# New Z owner, help needed car wont start



## 1985nissan300zx (Sep 29, 2011)

hello all im the proud new owner of a 1985 nissan 300zx n/a 5spd
so heres the issue
the car has been sitting and not ran for about 5 years and im bringing it back to life. so far ive replaced:
spark plugs and wires
fuel tank, pump, and sender unit
all fluids
all wiring under hood, damn mice. theres still one in there ive named him joe
and thats it
the car gets gas it used to get spark but now wont and hasnt started he entire time. i have no idea why it isnt sparking, ive taken a test light and the wires going to the ignition coil are hot so i dont know what the problem could be...
and today i put a brand new battery in it and as soon as i turn the key it will start to crank then everything shuts off. and now i have the intake attached unlike in the video.
ive uploaded a video to youtube of the failed starting attempts you may be able to help me find out whats going on by watching 



please help im very eager to get this car running and on the road and thankyou


----------



## smj999smj (Jan 1, 2006)

Whoever was spraying the starting fluid is a damn fool! You should never spray starting fluid into a cranking engine! He's lucky it didn't spit back at him and catch him or the can on fire! (Here's a tip: use carb cleaner... It's much less volatile. Also, spray it into the engine, step back and THEN crank.) Also, continuous cranking the engine for that long will overheat and eventually kill that starter!

It looks and sounds to me that your ignition timing is too far advanced. You're obviously getting some spark by evidence of the flames shooting out of it! I always like to take a "start with the basics" approach. Confirm proper fuel pressure using a fuel pressure gauge. Using a "noid light," available at most places that sell automotive repair tools, confirm the injectors are "firing." I like to use a timing light to check for spark at the coil wire and then at the plugs. Last, but not least, do a compression test on the engine. A suggestion: if the engine has been sitting and not run for 5 years, replace the timing belt. The engine is an interferance type and not worth risking a dry rotted timing belt.


----------



## 1985nissan300zx (Sep 29, 2011)

smj999smj said:


> Whoever was spraying the starting fluid is a damn fool! You should never spray starting fluid into a cranking engine! He's lucky it didn't spit back at him and catch him or the can on fire! (Here's a tip: use carb cleaner... It's much less volatile. Also, spray it into the engine, step back and THEN crank.) Also, continuous cranking the engine for that long will overheat and eventually kill that starter!
> 
> It looks and sounds to me that your ignition timing is too far advanced.
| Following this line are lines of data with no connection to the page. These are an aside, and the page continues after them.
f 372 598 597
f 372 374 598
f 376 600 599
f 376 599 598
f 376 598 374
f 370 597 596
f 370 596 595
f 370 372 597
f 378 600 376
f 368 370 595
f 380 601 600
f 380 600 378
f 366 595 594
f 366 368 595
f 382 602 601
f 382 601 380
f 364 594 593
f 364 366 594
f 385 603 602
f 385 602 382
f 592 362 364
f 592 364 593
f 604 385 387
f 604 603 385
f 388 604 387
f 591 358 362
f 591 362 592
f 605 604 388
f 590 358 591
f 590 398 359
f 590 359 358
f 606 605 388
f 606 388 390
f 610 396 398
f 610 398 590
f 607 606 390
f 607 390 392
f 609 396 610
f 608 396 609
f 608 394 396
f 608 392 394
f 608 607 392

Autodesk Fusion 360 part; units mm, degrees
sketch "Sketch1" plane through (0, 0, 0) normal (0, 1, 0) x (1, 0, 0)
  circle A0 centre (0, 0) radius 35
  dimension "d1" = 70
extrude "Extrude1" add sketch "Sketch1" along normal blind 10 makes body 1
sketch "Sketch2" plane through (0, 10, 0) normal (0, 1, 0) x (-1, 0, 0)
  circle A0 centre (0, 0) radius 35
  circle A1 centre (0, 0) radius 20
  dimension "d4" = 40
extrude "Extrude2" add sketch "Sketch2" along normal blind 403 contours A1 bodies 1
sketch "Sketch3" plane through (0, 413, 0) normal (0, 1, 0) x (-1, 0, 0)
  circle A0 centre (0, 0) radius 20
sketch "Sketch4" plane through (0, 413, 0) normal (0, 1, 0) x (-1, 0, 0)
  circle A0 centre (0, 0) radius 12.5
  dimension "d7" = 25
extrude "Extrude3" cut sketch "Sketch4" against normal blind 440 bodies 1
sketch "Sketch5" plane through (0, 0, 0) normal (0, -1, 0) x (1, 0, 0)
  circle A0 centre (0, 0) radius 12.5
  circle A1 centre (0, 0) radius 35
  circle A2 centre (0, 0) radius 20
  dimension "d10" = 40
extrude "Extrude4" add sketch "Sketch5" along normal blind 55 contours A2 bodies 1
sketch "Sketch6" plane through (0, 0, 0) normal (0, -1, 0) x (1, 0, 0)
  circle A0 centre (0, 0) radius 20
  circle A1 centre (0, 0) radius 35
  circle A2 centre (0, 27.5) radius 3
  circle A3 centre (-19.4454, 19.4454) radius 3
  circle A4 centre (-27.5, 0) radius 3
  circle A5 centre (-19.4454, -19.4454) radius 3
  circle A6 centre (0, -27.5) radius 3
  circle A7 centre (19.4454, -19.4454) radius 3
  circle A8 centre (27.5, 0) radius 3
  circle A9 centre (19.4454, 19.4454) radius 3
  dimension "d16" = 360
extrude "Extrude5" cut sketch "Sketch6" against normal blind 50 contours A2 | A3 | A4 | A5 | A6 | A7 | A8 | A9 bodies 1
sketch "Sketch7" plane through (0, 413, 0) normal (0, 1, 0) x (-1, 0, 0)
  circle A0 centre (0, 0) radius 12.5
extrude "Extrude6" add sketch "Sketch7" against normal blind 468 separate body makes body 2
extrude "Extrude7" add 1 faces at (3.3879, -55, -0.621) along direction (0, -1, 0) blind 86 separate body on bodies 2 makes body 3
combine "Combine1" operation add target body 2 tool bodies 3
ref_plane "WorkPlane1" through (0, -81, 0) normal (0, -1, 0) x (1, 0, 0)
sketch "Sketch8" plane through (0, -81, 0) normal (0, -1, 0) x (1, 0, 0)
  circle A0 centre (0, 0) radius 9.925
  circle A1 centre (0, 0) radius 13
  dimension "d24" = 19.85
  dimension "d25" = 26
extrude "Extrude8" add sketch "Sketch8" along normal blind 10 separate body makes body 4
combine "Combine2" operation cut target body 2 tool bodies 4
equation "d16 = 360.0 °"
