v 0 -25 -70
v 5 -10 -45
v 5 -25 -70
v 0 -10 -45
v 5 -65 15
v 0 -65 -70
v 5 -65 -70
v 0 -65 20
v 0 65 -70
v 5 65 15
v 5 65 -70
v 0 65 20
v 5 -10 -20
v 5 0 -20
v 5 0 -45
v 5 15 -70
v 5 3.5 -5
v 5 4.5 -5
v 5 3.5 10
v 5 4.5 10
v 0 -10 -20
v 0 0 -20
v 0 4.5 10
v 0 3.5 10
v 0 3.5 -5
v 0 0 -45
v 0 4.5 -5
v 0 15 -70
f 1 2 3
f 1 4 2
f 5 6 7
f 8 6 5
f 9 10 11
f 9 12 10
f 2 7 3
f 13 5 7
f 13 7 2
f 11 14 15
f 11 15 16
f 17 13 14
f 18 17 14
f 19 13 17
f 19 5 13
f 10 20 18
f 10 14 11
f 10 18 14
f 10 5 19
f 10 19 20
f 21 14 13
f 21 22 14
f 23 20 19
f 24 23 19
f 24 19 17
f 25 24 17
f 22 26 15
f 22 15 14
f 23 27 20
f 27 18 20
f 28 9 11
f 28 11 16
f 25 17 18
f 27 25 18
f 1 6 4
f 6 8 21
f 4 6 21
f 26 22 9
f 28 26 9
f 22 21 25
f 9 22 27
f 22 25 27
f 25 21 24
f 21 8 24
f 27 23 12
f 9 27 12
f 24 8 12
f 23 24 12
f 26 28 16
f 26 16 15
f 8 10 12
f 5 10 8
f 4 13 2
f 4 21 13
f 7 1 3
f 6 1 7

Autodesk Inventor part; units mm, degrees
ref_plane "YZ Plane" through (0, 0, 0) normal (1, 0, 0) x (0, 1, 0)
ref_plane "XZ Plane" through (0, 0, 0) normal (0, 1, 0) x (-1, 0, 0)
ref_plane "XY Plane" through (0, 0, 0) normal (0, 0, 1) x (1, 0, 0)
sketch "スケッチ1" plane through (0, 0, 0) normal (1, 0, 0) x (0, 1, 0)
  line L0 (-65, 20) -> (65, 20)
  line L1 (65, 20) -> (65, -20)
  line L2 (65, -20) -> (-65, -20)
  line L3 (-65, -20) -> (-65, 20)
  line L4 (-65, 20) -> (65, -20) construction
  line L5 (65, 20) -> (-65, -20) construction
  line L6 (65, -20) -> (65, -70)
  line L7 (65, -70) -> (15, -70)
  line L8 (15, -70) -> (0, -45)
  line L9 (-10, -45) -> (-25, -70)
  line L10 (-25, -70) -> (-65, -70)
  line L11 (-65, -70) -> (-65, -20)
  line L12 (0, -45) -> (-10, -45)
  line L13 (0, -20) -> (-10, -20)
  line L14 (-10, -20) -> (-10, -45)
  line L15 (-10, -45) -> (0, -45)
  line L16 (0, -45) -> (0, -20)
  point P0 (0, 0)
  point P1 (-5, -45)
  point P2 (0, 0)
  point P3 (0, -45)
  dimension "d0" = 130
  dimension "d1" = 40
  dimension "d18" = 50
  dimension "d19" = 50
  dimension "d22" = 5
  dimension "d24" = 25
  dimension "d25" = 10
extrude "押し出し1" add sketch "スケッチ1" along normal blind 5 contours L0 L1 L2 L3 | L2 L14 L9 L10 L11 | L6 L7 L8 L16 L2
sketch "スケッチ3" plane through (5, 0, 0) normal (1, 0, 0) x (0, 0, -1)
  line L0 (-10, 3.5) -> (5, 3.5)
  line L1 (5, 3.5) -> (5, 4.5)
  line L2 (5, 4.5) -> (-10, 4.5)
  line L3 (-10, 4.5) -> (-10, 3.5)
  line L4 (-15, 0) -> (10, 0)
  line L5 (10, 0) -> (10, 8)
  line L6 (10, 8) -> (-15, 8)
  line L7 (-15, 8) -> (-15, 0)
  line L8 (-20, 65) -> (-20, -65) projected
  point P0 (0, 0)
  point P1 (-2.5, 8)
  point P2 (-2.5, 4.5)
  point P3 (-10, 4)
  point P4 (-15, 4)
  dimension "d7" = 15
  dimension "d8" = 1
  dimension "d9" = 25
  dimension "d10" = 8
  dimension "d17" = 5
extrude "押し出し3" cut sketch "スケッチ3" against normal through all contours L3 L2 L1 L0
chamfer "面取り1" distance 5 angle 45 1 edges at (5, 0, 20)
properties part number "VertMove" material "スタイロフォームIB"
You're obviously getting some spark by evidence of the flames shooting out of it! I always like to take a "start with the basics" approach. Confirm proper fuel pressure using a fuel pressure gauge. Using a "noid light," available at most places that sell automotive repair tools, confirm the injectors are "firing." I like to use a timing light to check for spark at the coil wire and then at the plugs. Last, but not least, do a compression test on the engine. A suggestion: if the engine has been sitting and not run for 5 years, replace the timing belt. The engine is an interferance type and not worth risking a dry rotted timing belt.


alright thankyou i will make sure to do all that. but we found out the rotor was bad. we put a new one in and it cranks right up now


----------